Output only the lines below that start at the line containing "solid = f1.part" and end at the line containing "A parametric FreeCAD", with both ends kept.

(Records excerpted from a collection)
•••••

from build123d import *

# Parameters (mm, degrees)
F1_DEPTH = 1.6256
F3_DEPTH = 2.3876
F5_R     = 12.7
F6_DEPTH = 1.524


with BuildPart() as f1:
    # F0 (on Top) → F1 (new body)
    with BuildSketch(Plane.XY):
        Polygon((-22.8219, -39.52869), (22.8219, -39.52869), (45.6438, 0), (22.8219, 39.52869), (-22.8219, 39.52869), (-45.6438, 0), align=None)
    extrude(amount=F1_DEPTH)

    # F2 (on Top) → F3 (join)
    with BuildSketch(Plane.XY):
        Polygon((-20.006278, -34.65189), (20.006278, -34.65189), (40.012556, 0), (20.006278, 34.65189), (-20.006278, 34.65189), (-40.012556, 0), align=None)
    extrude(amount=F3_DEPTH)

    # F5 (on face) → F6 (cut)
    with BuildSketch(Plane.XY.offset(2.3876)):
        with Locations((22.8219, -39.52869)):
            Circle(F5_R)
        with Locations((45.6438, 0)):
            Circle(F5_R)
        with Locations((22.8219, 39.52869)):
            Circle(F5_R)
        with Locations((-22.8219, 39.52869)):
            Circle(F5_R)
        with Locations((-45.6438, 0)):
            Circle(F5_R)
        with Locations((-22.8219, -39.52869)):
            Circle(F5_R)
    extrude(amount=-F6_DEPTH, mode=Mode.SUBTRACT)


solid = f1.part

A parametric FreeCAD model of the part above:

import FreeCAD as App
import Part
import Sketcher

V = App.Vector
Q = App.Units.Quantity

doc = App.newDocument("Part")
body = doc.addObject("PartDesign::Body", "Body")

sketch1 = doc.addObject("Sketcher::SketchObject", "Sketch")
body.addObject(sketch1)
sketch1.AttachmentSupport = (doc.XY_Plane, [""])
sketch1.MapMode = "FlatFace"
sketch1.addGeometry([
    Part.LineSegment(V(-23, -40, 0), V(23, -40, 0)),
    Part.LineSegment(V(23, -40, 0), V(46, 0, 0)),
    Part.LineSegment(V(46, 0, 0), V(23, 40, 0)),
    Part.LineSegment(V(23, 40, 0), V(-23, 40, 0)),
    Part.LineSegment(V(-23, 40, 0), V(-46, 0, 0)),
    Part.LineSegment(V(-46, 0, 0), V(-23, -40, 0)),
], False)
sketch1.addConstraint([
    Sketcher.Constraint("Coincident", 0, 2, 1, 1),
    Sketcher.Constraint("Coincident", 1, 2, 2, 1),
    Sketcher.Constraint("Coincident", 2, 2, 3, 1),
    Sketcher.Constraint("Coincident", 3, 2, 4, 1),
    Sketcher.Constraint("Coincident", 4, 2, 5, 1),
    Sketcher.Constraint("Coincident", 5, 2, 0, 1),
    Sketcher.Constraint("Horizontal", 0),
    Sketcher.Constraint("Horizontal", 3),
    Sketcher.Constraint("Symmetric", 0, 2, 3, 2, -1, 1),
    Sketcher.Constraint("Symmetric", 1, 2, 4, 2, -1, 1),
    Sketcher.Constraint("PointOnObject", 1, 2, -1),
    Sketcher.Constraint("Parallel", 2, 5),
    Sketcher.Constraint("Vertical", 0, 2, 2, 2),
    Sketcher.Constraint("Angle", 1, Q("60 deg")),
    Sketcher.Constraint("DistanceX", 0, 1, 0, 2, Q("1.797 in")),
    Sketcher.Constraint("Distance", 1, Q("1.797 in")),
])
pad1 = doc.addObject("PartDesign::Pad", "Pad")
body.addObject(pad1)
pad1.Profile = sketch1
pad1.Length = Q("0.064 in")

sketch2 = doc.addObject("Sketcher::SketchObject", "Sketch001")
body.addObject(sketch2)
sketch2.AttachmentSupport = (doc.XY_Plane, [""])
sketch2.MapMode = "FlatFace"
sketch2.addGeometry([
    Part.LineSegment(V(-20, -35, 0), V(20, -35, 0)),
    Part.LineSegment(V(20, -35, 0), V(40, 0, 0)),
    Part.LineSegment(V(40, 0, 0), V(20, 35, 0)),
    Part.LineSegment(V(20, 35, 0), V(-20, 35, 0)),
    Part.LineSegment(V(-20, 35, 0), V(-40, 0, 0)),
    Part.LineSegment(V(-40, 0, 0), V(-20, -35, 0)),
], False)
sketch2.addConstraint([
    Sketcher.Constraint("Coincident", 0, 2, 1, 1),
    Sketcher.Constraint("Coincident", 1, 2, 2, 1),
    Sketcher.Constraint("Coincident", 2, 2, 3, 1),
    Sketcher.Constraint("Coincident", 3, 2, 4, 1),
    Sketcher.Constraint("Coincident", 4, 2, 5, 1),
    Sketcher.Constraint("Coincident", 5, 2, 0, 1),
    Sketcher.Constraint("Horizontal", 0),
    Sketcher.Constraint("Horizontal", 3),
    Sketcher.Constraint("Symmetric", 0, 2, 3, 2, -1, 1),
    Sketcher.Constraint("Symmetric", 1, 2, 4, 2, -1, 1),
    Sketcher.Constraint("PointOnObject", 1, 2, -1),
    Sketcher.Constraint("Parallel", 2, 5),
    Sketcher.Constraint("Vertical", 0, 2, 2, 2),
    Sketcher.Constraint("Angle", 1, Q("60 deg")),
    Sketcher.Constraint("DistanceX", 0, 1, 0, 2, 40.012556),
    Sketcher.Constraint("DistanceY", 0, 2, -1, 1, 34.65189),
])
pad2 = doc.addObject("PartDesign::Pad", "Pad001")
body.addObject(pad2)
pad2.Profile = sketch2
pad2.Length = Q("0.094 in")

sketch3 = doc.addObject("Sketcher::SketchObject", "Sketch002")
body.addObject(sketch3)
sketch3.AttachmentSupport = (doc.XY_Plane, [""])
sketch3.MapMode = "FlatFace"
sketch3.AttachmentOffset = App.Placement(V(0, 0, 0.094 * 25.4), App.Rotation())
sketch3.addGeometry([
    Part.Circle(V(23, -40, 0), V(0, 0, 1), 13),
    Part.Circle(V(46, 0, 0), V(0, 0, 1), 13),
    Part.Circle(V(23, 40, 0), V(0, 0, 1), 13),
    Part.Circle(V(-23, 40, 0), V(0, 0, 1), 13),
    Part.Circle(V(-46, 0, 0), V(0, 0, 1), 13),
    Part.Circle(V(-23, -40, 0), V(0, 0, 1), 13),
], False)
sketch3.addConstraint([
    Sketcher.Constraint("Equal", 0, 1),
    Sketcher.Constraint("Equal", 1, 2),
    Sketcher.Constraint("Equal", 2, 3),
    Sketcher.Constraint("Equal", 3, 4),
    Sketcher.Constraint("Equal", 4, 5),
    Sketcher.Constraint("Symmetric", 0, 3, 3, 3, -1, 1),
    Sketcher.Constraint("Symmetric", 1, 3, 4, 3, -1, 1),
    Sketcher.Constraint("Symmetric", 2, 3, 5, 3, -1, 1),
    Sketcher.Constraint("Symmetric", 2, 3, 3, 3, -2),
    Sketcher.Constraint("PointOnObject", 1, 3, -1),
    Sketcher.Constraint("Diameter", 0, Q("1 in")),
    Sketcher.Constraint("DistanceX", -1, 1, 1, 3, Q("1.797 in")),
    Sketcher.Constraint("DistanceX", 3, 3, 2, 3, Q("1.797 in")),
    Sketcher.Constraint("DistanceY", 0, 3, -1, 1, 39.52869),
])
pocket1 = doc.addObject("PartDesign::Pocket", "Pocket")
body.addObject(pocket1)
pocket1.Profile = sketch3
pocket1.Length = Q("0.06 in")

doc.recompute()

•••••

FINISHED EXERCISE:
solid = f1.part

A parametric FreeCAD model of the part above:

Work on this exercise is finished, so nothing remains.